- Directed by: Wes Anderson
- Written by: Wes Anderson
- Produced by: Roman Coppola Jeremy Dawson Julie Sawyer
- Starring: Jason Schwartzman Giada Colagrande
- Cinematography: Darius Khondji
- Edited by: Stephen Perkins
- Distributed by: Prada
- Release date: November 13, 2013;
- Running time: 8 minutes
- Countries: United States Italy
- Languages: English Italian

= Castello Cavalcanti =

2013 short film by Wes Anderson

Castello Cavalcanti is a 2013 short film written and directed by Wes Anderson, starring Jason Schwartzman as an unsuccessful race car driver who crashes his car in an Italian village. The 8-minute film was filmed at Cinecittà in Rome, Italy and financed by Prada. It debuted at the Rome Film Festival and was released online on November 13, 2013. It quickly became popular and received critical acclaim.

==Plot==
In a quiet Italian village in 1955, Italian-American Formula One driver Jed Cavalcanti (Jason Schwartzman), who is struggling in last place in a race through the countryside, crashes his car in the middle of the public square. Irritated with his situation, he abandons his car, blames the malfunctions on his brother-in-law (who is also his mechanic), and waits for the next bus out of town, which is set to arrive in 20 minutes.
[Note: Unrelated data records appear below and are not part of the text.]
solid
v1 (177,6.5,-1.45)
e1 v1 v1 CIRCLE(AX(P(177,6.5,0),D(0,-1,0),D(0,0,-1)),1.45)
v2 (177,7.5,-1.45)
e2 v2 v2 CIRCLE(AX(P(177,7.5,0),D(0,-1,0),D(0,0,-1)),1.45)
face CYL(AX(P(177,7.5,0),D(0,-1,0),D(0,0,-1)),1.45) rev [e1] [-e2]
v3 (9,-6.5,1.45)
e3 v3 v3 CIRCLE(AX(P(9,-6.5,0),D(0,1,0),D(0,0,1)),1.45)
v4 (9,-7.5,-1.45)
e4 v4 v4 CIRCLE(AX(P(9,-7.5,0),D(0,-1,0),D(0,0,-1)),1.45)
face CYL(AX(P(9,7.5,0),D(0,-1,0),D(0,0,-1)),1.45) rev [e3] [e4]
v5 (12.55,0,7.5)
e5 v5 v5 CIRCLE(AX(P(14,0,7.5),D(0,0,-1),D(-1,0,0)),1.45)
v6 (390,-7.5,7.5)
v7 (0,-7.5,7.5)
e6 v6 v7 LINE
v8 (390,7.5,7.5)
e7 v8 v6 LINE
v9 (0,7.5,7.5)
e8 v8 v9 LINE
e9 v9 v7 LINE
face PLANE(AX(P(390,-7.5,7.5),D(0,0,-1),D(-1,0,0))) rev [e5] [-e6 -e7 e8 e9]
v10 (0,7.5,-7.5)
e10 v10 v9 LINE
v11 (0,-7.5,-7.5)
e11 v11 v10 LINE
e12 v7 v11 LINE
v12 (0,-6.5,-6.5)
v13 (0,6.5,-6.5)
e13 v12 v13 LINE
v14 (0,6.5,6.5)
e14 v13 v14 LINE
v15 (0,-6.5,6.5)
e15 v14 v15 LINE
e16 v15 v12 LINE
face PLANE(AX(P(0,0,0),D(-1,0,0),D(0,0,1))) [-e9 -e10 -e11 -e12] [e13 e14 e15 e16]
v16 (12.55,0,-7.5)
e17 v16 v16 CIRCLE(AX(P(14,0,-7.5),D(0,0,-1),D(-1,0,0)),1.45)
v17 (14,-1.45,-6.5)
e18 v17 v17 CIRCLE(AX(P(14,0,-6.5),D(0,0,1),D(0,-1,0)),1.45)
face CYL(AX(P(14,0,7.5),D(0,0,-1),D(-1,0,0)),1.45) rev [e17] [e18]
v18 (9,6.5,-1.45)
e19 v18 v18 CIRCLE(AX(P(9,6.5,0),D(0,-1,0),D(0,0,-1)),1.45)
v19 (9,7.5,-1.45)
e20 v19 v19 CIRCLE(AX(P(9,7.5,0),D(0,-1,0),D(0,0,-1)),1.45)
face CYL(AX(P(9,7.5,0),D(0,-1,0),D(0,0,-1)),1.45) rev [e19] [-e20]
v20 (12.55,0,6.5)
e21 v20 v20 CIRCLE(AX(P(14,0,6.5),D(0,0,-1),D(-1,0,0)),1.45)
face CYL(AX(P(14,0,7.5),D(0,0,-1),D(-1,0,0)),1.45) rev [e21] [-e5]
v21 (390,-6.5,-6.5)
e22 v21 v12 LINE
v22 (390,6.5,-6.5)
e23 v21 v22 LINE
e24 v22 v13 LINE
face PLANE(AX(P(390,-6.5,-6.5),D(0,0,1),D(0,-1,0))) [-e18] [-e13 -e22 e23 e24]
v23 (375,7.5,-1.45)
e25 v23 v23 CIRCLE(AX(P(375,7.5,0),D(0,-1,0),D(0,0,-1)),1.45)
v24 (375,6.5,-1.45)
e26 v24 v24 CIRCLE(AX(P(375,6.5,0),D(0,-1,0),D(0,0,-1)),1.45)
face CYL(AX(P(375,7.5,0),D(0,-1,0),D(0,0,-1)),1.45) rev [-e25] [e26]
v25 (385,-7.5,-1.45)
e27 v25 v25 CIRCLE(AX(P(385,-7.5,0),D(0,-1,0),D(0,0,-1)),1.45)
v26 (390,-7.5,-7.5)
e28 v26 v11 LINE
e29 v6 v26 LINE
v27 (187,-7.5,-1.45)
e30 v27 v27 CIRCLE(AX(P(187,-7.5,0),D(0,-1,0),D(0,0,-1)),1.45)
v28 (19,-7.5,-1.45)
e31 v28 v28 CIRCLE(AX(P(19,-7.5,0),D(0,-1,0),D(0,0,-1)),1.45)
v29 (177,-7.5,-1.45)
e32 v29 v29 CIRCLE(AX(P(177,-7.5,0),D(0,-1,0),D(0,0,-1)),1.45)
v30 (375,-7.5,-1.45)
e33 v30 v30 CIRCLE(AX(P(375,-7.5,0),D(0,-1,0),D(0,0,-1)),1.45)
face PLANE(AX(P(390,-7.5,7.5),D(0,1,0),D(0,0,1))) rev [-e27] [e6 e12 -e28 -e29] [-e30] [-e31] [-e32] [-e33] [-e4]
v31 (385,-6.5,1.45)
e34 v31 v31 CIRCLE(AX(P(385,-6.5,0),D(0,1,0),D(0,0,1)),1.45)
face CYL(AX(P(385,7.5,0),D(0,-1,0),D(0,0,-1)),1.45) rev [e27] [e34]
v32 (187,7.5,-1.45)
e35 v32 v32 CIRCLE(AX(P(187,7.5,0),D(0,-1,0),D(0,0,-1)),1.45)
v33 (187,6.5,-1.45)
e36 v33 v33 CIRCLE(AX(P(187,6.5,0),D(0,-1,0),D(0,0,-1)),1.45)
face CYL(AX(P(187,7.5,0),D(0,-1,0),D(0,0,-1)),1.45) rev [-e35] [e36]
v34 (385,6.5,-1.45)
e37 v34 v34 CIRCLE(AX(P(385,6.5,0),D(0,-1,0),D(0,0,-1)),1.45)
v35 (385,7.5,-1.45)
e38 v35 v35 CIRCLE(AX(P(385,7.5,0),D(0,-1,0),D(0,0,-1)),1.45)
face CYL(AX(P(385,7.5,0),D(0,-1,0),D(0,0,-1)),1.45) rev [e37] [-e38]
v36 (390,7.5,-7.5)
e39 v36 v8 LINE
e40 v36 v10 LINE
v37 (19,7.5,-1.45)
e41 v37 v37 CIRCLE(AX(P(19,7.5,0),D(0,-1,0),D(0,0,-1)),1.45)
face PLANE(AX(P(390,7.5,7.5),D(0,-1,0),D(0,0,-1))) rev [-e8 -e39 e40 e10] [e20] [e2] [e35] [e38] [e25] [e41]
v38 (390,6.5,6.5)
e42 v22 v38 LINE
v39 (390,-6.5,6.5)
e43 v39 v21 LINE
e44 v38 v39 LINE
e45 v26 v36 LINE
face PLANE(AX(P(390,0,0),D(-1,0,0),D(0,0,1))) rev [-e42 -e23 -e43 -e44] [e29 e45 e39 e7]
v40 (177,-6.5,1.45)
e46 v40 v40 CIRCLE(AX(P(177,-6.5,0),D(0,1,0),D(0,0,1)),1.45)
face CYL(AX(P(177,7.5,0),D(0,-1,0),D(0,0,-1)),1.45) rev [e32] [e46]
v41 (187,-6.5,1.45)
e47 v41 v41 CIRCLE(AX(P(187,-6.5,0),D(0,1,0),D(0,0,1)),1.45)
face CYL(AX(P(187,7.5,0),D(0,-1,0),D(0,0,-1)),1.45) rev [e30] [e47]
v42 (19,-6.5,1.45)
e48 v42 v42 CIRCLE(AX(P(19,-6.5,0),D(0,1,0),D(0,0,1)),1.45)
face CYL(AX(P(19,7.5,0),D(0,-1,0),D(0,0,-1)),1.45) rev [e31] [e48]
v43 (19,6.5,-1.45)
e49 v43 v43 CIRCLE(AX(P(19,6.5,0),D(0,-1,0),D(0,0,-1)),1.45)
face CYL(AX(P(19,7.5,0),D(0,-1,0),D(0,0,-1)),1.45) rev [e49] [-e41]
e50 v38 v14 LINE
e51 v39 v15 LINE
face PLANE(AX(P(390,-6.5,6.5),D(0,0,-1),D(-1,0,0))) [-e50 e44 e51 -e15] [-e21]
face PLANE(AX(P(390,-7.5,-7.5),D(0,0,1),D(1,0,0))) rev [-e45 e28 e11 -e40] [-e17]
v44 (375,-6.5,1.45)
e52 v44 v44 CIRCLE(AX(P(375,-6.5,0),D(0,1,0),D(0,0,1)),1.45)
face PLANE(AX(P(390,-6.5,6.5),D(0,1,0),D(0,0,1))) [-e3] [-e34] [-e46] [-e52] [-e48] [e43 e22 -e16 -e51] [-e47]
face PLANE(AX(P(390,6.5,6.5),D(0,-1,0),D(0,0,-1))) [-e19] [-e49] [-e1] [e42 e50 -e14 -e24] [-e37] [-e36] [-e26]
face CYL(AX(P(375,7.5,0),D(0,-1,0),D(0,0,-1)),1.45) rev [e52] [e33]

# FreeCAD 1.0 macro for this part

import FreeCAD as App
import Part
import Sketcher
Q = App.Units.Quantity


def add_polygon(sketch, points):
    """Adds a closed chain of lines whose ends are joined by coincident constraints."""
    first, n = sketch.GeometryCount, len(points)
    for a, b in zip(points, points[1:] + points[:1]):
        sketch.addGeometry(Part.LineSegment(App.Vector(*a, 0), App.Vector(*b, 0)), False)
    for i in range(n):
        sketch.addConstraint(Sketcher.Constraint("Coincident", first + i, 2, first + (i + 1) % n, 1))

doc = App.newDocument("Part")
body = doc.addObject("PartDesign::Body", "Body")

# Sketch on YZ plane
sketch1 = body.newObject("Sketcher::SketchObject", "Sketch")
sketch1.AttachmentSupport = (doc.getObject("YZ_Plane"), [""])
sketch1.MapMode = "FlatFace"
add_polygon(sketch1, [(8, 8), (-8, 8), (-8, -8), (8, -8)])  # lines 0-3
add_polygon(sketch1, [(-6, -6), (-6, 6), (6, 6), (6, -6)])  # lines 4-7
sketch1.addConstraint([
    Sketcher.Constraint("Horizontal", 0),
    Sketcher.Constraint("Vertical", 1),
    Sketcher.Constraint("Horizontal", 2),
    Sketcher.Constraint("Vertical", 3),
    Sketcher.Constraint("Vertical", 4),
    Sketcher.Constraint("Horizontal", 5),
    Sketcher.Constraint("Vertical", 6),
    Sketcher.Constraint("Horizontal", 7),
    Sketcher.Constraint("Symmetric", 0, 2, 2, 2, -1, 1),
    Sketcher.Constraint("Symmetric", 4, 2, 6, 2, -1, 1),
    Sketcher.Constraint("Equal", 2, 1),
    Sketcher.Constraint("Equal", 7, 4),
    Sketcher.Constraint("DistanceX", 0, 2, 0, 1, Q("15 mm")),
    Sketcher.Constraint("DistanceX", 5, 1, 5, 2, Q("13 mm")),
])
pad1 = body.newObject("PartDesign::Pad", "Pad")
pad1.Profile = sketch1
pad1.Length = 390

# Sketch on XZ plane
sketch2 = body.newObject("Sketcher::SketchObject", "Sketch001")
sketch2.AttachmentSupport = (doc.getObject("XZ_Plane"), [""])
sketch2.MapMode = "FlatFace"
sketch2.AttachmentOffset = App.Placement(App.Vector(0, 0, 7.5), App.Rotation())
sketch2.addGeometry([
    Part.Circle(App.Vector(375, 0, 0), App.Vector(0, 0, 1), 1.4),  # 0
    Part.Circle(App.Vector(385, 0, 0), App.Vector(0, 0, 1), 1.4),  # 1
    Part.Circle(App.Vector(9, 0, 0), App.Vector(0, 0, 1), 1.4),  # 2
    Part.Circle(App.Vector(19, 0, 0), App.Vector(0, 0, 1), 1.4),  # 3
    Part.Circle(App.Vector(177, 0, 0), App.Vector(0, 0, 1), 1.4),  # 4
    Part.Circle(App.Vector(187, 0, 0), App.Vector(0, 0, 1), 1.4),  # 5
], False)
sketch2.addConstraint([
    Sketcher.Constraint("Equal", 0, 1),
    Sketcher.Constraint("Equal", 1, 2),
    Sketcher.Constraint("Equal", 2, 3),
    Sketcher.Constraint("Equal", 3, 4),
    Sketcher.Constraint("Equal", 4, 5),
    Sketcher.Constraint("PointOnObject", 0, 3, -1),
    Sketcher.Constraint("PointOnObject", 1, 3, -1),
    Sketcher.Constraint("PointOnObject", 2, 3, -1),
    Sketcher.Constraint("PointOnObject", 3, 3, -1),
    Sketcher.Constraint("PointOnObject", 4, 3, -1),
    Sketcher.Constraint("PointOnObject", 5, 3, -1),
    Sketcher.Constraint("Diameter", 0, Q("2.9 mm")),
    Sketcher.Constraint("DistanceX", -1, 1, 0, 3, Q("375 mm")),
    Sketcher.Constraint("DistanceX", -1, 1, 1, 3, Q("385 mm")),
    Sketcher.Constraint("DistanceX", -1, 1, 2, 3, Q("9 mm")),
    Sketcher.Constraint("DistanceX", -1, 1, 3, 3, Q("19 mm")),
    Sketcher.Constraint("DistanceX", -1, 1, 4, 3, Q("177 mm")),
    Sketcher.Constraint("DistanceX", -1, 1, 5, 3, Q("187 mm")),
])
pocket1 = body.newObject("PartDesign::Pocket", "Pocket")
pocket1.Profile = sketch2
pocket1.Type = "ThroughAll"

# Sketch on XY plane
sketch3 = body.newObject("Sketcher::SketchObject", "Sketch002")
sketch3.AttachmentSupport = (doc.getObject("XY_Plane"), [""])
sketch3.MapMode = "FlatFace"
sketch3.AttachmentOffset = App.Placement(App.Vector(0, 0, -7.5), App.Rotation())
sketch3.addGeometry(Part.Circle(App.Vector(14, 0, 0), App.Vector(0, 0, 1), 1.4), False)
sketch3.addConstraint([
    Sketcher.Constraint("PointOnObject", 0, 3, -1),
    Sketcher.Constraint("Diameter", 0, Q("2.9 mm")),
    Sketcher.Constraint("DistanceX", -1, 1, 0, 3, Q("14 mm")),
])
pocket2 = body.newObject("PartDesign::Pocket", "Pocket001")
pocket2.Profile = sketch3
pocket2.Type = "ThroughAll"
pocket2.Reversed = True

doc.recompute()
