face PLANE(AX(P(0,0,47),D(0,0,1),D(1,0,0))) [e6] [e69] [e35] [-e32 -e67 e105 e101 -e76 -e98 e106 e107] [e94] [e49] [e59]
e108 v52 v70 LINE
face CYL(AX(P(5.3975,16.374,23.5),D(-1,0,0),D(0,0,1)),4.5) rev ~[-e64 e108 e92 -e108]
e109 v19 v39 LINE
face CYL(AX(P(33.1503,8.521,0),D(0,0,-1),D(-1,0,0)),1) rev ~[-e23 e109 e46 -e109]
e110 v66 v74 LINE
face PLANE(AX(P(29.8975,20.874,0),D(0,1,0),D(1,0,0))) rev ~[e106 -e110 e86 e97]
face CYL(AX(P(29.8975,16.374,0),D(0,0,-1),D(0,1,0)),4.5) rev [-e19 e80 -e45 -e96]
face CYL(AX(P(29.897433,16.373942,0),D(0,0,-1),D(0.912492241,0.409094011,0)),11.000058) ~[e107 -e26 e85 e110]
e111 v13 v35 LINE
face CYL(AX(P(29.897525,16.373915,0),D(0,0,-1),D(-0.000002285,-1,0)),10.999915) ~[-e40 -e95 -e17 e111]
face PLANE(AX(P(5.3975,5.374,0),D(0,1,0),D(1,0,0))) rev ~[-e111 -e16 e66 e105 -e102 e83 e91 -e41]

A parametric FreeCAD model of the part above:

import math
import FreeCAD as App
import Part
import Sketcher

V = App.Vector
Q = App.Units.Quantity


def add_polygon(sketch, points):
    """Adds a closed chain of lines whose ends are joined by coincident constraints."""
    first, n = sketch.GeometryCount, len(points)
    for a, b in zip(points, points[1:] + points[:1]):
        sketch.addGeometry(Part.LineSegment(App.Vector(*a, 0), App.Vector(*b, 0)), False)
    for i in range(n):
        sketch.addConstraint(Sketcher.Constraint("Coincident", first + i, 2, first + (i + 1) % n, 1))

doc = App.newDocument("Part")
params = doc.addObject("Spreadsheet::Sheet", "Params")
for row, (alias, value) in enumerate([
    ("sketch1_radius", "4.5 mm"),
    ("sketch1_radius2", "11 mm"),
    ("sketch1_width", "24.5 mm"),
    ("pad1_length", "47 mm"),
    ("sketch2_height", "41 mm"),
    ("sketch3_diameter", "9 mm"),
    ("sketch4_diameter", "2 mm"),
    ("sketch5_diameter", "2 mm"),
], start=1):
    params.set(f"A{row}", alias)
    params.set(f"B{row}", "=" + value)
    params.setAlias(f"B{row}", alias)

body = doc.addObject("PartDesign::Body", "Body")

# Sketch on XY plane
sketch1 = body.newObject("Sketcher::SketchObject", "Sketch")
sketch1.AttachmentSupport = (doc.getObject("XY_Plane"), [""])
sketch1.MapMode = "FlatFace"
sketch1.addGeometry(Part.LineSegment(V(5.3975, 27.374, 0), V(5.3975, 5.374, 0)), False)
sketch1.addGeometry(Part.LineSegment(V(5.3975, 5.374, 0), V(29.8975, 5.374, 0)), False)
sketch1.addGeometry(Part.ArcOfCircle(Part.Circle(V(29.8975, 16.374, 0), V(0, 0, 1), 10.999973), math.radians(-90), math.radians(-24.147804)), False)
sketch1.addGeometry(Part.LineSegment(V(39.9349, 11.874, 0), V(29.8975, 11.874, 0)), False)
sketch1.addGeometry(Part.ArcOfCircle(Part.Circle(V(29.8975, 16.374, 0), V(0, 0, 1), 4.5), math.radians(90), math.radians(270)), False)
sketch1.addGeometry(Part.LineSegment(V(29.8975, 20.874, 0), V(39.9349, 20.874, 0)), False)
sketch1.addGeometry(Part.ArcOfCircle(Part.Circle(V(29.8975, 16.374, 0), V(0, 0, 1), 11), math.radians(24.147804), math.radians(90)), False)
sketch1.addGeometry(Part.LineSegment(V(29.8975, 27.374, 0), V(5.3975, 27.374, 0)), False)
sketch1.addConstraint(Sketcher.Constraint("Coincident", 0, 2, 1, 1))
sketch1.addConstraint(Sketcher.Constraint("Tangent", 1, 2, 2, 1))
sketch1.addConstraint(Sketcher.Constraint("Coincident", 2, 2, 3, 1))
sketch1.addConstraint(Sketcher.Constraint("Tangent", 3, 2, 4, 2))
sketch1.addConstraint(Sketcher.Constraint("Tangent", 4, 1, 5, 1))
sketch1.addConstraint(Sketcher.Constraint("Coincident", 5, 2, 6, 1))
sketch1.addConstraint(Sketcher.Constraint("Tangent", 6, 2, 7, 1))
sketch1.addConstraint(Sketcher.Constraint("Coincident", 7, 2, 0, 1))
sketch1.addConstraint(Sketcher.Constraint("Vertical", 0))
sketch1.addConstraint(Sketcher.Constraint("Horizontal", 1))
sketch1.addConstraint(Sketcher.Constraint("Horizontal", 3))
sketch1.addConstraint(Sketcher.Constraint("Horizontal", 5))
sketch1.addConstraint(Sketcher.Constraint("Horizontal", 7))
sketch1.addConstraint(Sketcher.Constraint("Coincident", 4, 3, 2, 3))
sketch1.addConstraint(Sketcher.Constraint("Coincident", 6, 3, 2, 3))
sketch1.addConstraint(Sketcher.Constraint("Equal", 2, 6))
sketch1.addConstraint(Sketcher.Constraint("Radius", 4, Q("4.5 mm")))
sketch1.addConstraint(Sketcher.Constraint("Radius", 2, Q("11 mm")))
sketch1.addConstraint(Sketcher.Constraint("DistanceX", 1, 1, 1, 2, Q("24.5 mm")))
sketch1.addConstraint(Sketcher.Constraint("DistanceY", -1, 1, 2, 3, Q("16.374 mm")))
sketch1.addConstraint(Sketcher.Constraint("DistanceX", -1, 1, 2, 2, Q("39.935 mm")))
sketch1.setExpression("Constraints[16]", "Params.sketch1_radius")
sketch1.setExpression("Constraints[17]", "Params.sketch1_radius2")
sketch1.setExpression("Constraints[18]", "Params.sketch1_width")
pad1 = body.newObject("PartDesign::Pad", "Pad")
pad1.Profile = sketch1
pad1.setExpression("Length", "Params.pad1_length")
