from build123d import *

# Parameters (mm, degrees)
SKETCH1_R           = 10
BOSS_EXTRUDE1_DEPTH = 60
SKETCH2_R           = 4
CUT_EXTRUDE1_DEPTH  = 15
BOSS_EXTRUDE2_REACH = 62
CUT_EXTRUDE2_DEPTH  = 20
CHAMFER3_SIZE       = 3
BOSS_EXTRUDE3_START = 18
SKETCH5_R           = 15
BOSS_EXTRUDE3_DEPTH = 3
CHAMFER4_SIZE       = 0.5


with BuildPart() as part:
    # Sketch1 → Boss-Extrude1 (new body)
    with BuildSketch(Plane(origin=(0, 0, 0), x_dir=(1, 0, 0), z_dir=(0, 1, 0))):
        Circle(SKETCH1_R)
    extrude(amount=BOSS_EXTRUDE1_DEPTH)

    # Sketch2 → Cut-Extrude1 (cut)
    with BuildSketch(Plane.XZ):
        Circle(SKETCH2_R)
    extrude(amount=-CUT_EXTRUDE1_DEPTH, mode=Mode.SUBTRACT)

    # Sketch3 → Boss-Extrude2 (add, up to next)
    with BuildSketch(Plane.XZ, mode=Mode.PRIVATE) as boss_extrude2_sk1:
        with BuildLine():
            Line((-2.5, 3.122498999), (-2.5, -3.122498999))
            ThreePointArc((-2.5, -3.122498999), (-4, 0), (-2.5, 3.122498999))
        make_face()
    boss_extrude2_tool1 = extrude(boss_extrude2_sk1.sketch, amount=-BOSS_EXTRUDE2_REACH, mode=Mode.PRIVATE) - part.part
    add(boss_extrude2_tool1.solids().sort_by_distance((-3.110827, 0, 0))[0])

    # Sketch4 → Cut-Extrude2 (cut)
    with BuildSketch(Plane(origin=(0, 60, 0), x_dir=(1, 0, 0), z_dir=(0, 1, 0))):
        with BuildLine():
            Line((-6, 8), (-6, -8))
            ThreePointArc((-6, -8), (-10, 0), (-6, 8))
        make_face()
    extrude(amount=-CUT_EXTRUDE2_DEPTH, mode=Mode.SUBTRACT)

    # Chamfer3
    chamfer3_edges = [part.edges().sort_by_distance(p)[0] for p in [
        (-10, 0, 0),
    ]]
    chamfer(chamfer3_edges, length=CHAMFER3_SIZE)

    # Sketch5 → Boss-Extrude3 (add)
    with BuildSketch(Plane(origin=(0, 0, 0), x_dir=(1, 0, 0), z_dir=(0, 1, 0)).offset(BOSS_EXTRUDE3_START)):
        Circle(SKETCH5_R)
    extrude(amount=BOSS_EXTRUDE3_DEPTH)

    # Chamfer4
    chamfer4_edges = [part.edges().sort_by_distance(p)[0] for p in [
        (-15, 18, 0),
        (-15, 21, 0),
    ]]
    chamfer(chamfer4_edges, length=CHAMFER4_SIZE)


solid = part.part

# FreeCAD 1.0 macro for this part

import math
import FreeCAD as App
import Part
import Sketcher


def edges_at(feature, points):
    """Names of the edges that pass closest to the given points."""
    edges = feature.Shape.Edges
    near = lambda p: min(range(len(edges)), key=lambda i: edges[i].distToShape(Part.Vertex(*p))[0])
    return sorted({f"Edge{near(p) + 1}" for p in points})

doc = App.newDocument("Part")
body = doc.addObject("PartDesign::Body", "Body")

sketch1 = body.newObject("Sketcher::SketchObject", "Sketch")
sketch1.AttachmentSupport = (doc.getObject("XZ_Plane"), [""])
sketch1.MapMode = "FlatFace"
sketch1.addGeometry(Part.Circle(App.Vector(0, 0, 0), App.Vector(0, 0, 1), 10), False)
sketch1.addConstraint([
    Sketcher.Constraint("Coincident", 0, 3, -1, 1),
    Sketcher.Constraint("Diameter", 0, 20.0),
])
pad1 = body.newObject("PartDesign::Pad", "Pad")
pad1.Profile = sketch1
pad1.Length = 60
pad1.Reversed = True

sketch2 = body.newObject("Sketcher::SketchObject", "Sketch001")
sketch2.AttachmentSupport = (doc.getObject("XZ_Plane"), [""])
sketch2.MapMode = "FlatFace"
sketch2.addGeometry(Part.Circle(App.Vector(0, 0, 0), App.Vector(0, 0, 1), 4), False)
sketch2.addConstraint([
    Sketcher.Constraint("Coincident", 0, 3, -1, 1),
    Sketcher.Constraint("Diameter", 0, 8.0),
])
pocket1 = body.newObject("PartDesign::Pocket", "Pocket")
pocket1.Profile = sketch2
pocket1.Length = 15

sketch3 = body.newObject("Sketcher::SketchObject", "Sketch002")
sketch3.AttachmentSupport = (doc.getObject("XZ_Plane"), [""])
sketch3.MapMode = "FlatFace"
sketch3.addGeometry([
    Part.LineSegment(App.Vector(-2.5, -3.122499, 0), App.Vector(-2.5, 3.122499, 0)),
    Part.ArcOfCircle(Part.Circle(App.Vector(0, 0, 0), App.Vector(0, 0, 1), 4), math.radians(128.682187), math.radians(231.317813)),
], False)
sketch3.addConstraint([
    Sketcher.Constraint("Coincident", 0, 1, 1, 2),
    Sketcher.Constraint("Coincident", 1, 1, 0, 2),
    Sketcher.Constraint("Vertical", 0),
    Sketcher.Constraint("Coincident", 1, 3, -1, 1),
    Sketcher.Constraint("Radius", 1, 4.0),
    Sketcher.Constraint("DistanceX", 0, 1, -1, 1, 2.5),
])
pad2 = body.newObject("PartDesign::Pad", "Pad001")
pad2.Profile = sketch3
pad2.Type = "UpToFirst"
pad2.Reversed = True

sketch4 = body.newObject("Sketcher::SketchObject", "Sketch003")
sketch4.AttachmentSupport = (doc.getObject("XZ_Plane"), [""])
sketch4.MapMode = "FlatFace"
sketch4.AttachmentOffset = App.Placement(App.Vector(0, 0, -60), App.Rotation())
sketch4.addGeometry([
    Part.LineSegment(App.Vector(-6, 8, 0), App.Vector(-6, -8, 0)),
    Part.ArcOfCircle(Part.Circle(App.Vector(0, 0, 0), App.Vector(0, 0, 1), 10), math.radians(126.869898), math.radians(233.130102)),
], False)
sketch4.addConstraint([
    Sketcher.Constraint("Coincident", 0, 1, 1, 1),
    Sketcher.Constraint("Coincident", 1, 2, 0, 2),
    Sketcher.Constraint("Vertical", 0),
    Sketcher.Constraint("Coincident", 1, 3, -1, 1),
    Sketcher.Constraint("Radius", 1, 10.0),
    Sketcher.Constraint("DistanceY", 0, 2, 0, 1, 16.0),
])
pocket2 = body.newObject("PartDesign::Pocket", "Pocket001")
pocket2.Profile = sketch4
pocket2.Length = 20
pocket2.Reversed = True
doc.recompute()

chamfer = body.newObject("PartDesign::Chamfer", "Chamfer")
chamfer.Base = (pocket2, edges_at(pocket2, [(-10, 0, 0)]))
chamfer.Size = 3

sketch5 = body.newObject("Sketcher::SketchObject", "Sketch004")
sketch5.AttachmentSupport = (doc.getObject("XZ_Plane"), [""])
sketch5.MapMode = "FlatFace"
sketch5.AttachmentOffset = App.Placement(App.Vector(0, 0, -18), App.Rotation())
sketch5.addGeometry(Part.Circle(App.Vector(0, 0, 0), App.Vector(0, 0, 1), 15), False)
sketch5.addConstraint([
    Sketcher.Constraint("Coincident", 0, 3, -1, 1),
    Sketcher.Constraint("Diameter", 0, 30.0),
])
pad3 = body.newObject("PartDesign::Pad", "Pad002")
pad3.Profile = sketch5
pad3.Length = 3
pad3.Reversed = True
doc.recompute()

chamfer2 = body.newObject("PartDesign::Chamfer", "Chamfer001")
chamfer2.Base = (pad3, edges_at(pad3, [(-15, 18, 0), (-15, 21, 0)]))
chamfer2.Size = 0.5

doc.recompute()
However, after sharing a drink with the villagers, he discovers that he is in his ancestral homeland, "Castello Cavalcanti", and that several members of his company are his "ancestors". After a friendly phone call with his brother-in-law, he soon decides to skip the next bus and spend more time in town.

==Allusions to Italian cinema==
Anderson alludes to some classic Italian films in the short, including several by Federico Fellini, such as La Dolce Vita (1960) and Amarcord (1973).